- TASK DETAILS: Reproduce the lines of the listing exactly, beginning at the top, until the line with "f 167 166 5" has been reproduced too.

......

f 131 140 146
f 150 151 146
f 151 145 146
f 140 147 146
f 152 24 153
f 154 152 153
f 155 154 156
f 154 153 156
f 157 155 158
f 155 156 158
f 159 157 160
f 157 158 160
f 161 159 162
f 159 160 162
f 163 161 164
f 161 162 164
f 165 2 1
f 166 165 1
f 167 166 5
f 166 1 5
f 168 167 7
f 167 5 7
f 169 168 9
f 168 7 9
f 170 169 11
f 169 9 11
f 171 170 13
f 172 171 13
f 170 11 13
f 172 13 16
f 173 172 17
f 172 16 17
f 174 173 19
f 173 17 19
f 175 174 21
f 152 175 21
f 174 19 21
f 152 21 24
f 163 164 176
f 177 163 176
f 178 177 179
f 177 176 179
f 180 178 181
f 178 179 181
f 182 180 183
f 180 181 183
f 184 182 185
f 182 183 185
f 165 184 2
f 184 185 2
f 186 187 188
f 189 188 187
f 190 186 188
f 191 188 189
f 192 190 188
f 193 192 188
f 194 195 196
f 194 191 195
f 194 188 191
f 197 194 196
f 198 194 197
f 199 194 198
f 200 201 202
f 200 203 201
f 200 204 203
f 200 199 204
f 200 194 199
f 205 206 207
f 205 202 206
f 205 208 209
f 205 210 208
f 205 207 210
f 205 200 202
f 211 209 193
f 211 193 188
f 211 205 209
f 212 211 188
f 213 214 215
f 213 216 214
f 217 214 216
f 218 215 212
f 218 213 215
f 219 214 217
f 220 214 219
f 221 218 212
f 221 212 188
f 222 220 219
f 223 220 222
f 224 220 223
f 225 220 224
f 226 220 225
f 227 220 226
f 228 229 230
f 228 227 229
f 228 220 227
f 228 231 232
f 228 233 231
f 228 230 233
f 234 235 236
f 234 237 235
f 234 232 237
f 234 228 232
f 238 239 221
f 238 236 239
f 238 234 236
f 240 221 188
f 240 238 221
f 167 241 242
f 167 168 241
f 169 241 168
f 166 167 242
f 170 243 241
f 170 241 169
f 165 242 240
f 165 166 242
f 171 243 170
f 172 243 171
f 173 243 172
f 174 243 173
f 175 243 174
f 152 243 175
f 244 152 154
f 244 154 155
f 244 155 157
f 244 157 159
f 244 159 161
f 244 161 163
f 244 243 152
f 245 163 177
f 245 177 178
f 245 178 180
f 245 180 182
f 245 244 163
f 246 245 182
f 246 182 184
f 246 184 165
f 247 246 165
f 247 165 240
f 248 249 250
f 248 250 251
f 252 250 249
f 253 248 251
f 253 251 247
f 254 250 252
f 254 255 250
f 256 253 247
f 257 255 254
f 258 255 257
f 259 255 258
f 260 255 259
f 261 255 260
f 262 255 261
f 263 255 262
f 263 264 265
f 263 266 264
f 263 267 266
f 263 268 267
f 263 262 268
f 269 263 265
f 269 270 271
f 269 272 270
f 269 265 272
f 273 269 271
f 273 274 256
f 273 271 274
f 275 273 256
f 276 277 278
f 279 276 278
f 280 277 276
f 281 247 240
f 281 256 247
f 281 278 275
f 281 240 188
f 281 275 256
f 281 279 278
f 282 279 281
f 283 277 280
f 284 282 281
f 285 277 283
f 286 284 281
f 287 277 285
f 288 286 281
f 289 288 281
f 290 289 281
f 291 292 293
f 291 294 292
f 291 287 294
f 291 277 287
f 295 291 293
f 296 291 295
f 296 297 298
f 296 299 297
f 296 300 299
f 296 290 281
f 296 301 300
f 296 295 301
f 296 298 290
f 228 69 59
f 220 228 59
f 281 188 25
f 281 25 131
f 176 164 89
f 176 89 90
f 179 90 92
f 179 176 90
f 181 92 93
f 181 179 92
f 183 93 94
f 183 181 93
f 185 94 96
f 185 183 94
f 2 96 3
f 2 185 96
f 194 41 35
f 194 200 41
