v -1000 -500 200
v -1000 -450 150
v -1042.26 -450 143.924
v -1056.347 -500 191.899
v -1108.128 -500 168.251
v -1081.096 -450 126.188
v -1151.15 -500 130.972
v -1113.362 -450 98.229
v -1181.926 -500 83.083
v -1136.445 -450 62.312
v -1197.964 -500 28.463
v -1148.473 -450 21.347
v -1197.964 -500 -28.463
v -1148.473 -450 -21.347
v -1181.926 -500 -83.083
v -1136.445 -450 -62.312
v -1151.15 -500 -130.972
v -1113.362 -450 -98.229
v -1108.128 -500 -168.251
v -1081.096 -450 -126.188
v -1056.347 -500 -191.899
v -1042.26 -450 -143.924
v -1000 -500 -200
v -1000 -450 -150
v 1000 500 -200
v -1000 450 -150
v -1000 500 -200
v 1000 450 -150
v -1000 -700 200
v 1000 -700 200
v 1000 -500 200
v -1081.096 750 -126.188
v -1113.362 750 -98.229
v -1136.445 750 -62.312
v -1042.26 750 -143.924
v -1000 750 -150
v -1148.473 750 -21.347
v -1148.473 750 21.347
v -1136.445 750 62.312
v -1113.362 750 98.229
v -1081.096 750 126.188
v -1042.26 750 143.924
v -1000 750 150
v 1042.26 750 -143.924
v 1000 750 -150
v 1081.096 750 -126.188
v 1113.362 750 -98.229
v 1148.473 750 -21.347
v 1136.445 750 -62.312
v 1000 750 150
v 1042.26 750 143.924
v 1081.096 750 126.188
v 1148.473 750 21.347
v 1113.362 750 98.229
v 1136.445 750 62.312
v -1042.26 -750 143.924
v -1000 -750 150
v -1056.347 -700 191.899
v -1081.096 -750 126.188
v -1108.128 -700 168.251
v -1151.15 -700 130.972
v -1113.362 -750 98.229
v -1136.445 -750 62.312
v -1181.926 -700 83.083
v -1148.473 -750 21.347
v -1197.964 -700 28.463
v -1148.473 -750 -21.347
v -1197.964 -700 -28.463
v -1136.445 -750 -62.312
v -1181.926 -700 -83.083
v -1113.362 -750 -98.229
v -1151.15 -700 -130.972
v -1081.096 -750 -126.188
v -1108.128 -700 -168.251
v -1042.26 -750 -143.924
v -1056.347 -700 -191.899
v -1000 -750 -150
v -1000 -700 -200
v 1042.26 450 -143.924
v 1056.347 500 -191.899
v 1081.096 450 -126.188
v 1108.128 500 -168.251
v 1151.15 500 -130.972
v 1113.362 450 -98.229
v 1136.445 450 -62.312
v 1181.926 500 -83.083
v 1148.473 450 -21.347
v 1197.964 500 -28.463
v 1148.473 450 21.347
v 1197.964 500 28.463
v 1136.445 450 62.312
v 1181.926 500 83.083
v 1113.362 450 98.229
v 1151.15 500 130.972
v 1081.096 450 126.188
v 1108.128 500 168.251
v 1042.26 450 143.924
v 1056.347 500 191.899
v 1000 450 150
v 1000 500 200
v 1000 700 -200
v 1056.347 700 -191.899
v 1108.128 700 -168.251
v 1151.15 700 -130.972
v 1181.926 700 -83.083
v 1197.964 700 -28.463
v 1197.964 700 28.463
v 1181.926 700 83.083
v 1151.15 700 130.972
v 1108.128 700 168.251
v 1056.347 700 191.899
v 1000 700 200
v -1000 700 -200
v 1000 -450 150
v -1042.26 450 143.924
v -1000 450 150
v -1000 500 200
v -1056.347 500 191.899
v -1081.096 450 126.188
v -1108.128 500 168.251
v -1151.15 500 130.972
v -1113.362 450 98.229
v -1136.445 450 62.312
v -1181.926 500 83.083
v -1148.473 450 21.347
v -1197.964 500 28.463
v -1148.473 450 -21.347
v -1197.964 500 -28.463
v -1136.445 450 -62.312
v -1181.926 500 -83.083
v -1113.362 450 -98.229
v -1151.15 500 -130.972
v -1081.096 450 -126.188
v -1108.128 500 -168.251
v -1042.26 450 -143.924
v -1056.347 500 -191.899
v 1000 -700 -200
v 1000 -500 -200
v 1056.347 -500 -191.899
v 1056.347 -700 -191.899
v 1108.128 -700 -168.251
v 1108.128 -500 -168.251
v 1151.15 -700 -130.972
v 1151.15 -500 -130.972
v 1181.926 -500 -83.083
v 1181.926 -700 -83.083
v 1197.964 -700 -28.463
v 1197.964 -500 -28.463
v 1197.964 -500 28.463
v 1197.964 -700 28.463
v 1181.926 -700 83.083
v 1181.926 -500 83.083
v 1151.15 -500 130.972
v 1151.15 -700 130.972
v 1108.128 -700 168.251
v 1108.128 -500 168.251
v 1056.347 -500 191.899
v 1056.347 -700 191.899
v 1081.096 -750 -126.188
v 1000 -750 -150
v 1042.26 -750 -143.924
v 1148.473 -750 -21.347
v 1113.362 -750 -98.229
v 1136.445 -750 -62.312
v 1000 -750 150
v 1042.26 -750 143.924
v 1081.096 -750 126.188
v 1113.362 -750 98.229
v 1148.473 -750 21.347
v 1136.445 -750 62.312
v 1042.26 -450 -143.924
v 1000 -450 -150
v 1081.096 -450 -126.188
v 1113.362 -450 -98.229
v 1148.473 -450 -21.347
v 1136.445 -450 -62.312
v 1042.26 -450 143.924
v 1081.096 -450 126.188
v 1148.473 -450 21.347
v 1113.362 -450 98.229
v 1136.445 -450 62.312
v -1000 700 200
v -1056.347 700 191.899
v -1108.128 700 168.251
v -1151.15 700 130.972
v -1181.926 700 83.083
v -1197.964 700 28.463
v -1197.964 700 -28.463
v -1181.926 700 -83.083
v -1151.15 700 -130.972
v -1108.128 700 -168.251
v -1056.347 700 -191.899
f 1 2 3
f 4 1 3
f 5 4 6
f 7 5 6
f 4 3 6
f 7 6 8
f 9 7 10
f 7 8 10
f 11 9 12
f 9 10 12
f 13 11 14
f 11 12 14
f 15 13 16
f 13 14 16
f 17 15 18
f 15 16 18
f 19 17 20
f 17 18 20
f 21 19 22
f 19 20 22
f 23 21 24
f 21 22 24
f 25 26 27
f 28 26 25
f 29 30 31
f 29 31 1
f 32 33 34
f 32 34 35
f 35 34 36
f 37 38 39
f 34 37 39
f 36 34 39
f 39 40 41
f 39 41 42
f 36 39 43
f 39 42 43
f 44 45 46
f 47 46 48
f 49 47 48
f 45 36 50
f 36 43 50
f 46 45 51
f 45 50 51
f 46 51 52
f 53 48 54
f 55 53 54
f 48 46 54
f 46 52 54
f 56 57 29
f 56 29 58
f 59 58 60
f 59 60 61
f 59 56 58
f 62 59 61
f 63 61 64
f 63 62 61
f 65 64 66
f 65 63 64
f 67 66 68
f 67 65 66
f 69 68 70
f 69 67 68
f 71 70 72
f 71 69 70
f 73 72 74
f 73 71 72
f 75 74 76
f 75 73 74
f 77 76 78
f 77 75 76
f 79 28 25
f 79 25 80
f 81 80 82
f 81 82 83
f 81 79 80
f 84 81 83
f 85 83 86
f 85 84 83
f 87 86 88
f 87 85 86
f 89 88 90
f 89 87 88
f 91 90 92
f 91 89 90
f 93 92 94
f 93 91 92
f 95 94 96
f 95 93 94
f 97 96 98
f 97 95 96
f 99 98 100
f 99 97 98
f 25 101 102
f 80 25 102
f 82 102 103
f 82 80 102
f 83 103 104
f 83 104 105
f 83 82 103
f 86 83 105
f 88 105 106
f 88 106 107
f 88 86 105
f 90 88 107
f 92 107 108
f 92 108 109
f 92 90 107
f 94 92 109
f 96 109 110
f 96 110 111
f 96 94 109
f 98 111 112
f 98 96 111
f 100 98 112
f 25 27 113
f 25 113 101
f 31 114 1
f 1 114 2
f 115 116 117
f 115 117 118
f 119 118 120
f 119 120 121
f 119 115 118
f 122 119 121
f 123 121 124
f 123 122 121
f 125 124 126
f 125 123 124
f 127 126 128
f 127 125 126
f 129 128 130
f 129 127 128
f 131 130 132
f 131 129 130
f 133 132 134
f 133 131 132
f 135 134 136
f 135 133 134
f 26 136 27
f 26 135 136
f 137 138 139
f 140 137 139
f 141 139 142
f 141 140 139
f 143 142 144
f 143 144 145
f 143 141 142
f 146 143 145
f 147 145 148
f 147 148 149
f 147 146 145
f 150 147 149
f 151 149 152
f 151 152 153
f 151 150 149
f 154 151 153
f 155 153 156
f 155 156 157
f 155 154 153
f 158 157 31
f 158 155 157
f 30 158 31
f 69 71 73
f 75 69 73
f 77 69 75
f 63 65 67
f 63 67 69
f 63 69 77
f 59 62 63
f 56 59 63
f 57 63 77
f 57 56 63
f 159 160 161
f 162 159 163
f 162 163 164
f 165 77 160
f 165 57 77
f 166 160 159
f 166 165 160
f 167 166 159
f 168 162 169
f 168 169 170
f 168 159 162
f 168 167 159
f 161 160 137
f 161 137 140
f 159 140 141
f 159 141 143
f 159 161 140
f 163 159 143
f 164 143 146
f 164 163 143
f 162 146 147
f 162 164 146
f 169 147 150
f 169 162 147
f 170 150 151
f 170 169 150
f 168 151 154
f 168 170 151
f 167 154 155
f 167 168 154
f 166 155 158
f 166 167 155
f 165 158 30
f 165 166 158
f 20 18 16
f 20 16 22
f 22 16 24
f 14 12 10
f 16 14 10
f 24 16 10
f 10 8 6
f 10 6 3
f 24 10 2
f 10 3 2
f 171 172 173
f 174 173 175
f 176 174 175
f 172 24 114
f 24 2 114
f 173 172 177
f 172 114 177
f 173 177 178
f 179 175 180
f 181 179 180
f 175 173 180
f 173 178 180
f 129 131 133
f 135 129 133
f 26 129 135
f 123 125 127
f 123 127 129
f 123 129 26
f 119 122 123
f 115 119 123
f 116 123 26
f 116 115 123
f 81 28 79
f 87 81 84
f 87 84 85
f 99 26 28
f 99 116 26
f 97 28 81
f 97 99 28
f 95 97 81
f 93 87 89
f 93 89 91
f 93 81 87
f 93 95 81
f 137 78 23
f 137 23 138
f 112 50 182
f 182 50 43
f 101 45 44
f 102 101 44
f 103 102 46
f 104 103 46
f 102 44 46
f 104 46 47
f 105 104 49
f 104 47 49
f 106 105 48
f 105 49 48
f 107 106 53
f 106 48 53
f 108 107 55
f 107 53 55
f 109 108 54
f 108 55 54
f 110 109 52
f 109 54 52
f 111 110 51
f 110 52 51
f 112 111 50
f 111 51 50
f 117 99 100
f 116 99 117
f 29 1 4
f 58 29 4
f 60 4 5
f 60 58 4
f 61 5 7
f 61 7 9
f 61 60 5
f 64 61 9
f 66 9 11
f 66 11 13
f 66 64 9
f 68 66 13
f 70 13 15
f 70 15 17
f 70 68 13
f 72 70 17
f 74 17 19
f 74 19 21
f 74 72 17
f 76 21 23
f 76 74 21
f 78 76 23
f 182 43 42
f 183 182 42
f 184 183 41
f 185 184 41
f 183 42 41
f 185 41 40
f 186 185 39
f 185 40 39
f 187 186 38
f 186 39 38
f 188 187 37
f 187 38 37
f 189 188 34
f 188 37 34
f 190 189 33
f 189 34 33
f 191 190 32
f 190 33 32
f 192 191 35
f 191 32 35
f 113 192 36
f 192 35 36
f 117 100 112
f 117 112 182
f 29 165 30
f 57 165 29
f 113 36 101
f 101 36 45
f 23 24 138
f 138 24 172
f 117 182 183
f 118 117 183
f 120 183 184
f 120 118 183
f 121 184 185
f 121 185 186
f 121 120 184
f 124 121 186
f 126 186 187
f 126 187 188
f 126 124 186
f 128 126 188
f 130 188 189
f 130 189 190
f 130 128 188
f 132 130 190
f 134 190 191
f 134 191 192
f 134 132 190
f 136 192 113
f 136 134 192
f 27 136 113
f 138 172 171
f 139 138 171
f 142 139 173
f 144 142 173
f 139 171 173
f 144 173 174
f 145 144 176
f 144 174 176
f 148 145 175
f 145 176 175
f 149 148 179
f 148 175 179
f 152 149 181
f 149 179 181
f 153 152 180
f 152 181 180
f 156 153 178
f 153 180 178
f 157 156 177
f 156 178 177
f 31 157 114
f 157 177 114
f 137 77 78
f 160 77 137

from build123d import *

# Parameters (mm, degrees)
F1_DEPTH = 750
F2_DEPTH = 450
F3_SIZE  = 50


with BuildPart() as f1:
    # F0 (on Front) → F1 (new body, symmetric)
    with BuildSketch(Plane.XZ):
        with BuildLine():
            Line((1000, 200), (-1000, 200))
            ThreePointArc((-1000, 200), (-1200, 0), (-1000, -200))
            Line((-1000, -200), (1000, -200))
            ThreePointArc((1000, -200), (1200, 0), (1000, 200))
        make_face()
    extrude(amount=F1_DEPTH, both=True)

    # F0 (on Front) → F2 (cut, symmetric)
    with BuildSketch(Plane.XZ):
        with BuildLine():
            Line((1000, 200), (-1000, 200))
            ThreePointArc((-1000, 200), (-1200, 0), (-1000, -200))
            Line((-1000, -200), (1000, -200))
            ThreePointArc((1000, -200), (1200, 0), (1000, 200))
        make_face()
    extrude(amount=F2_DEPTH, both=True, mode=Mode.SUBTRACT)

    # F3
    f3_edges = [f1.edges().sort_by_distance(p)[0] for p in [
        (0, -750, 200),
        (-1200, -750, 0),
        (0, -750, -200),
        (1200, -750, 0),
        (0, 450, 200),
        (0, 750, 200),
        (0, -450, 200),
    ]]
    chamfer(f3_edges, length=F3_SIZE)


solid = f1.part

......

- SOLUTION BELOW:
f 131 140 146
f 150 151 146
f 151 145 146
f 140 147 146
f 152 24 153
f 154 152 153
f 155 154 156
f 154 153 156
f 157 155 158
f 155 156 158
f 159 157 160
f 157 158 160
f 161 159 162
f 159 160 162
f 163 161 164
f 161 162 164
f 165 2 1
f 166 165 1
f 167 166 5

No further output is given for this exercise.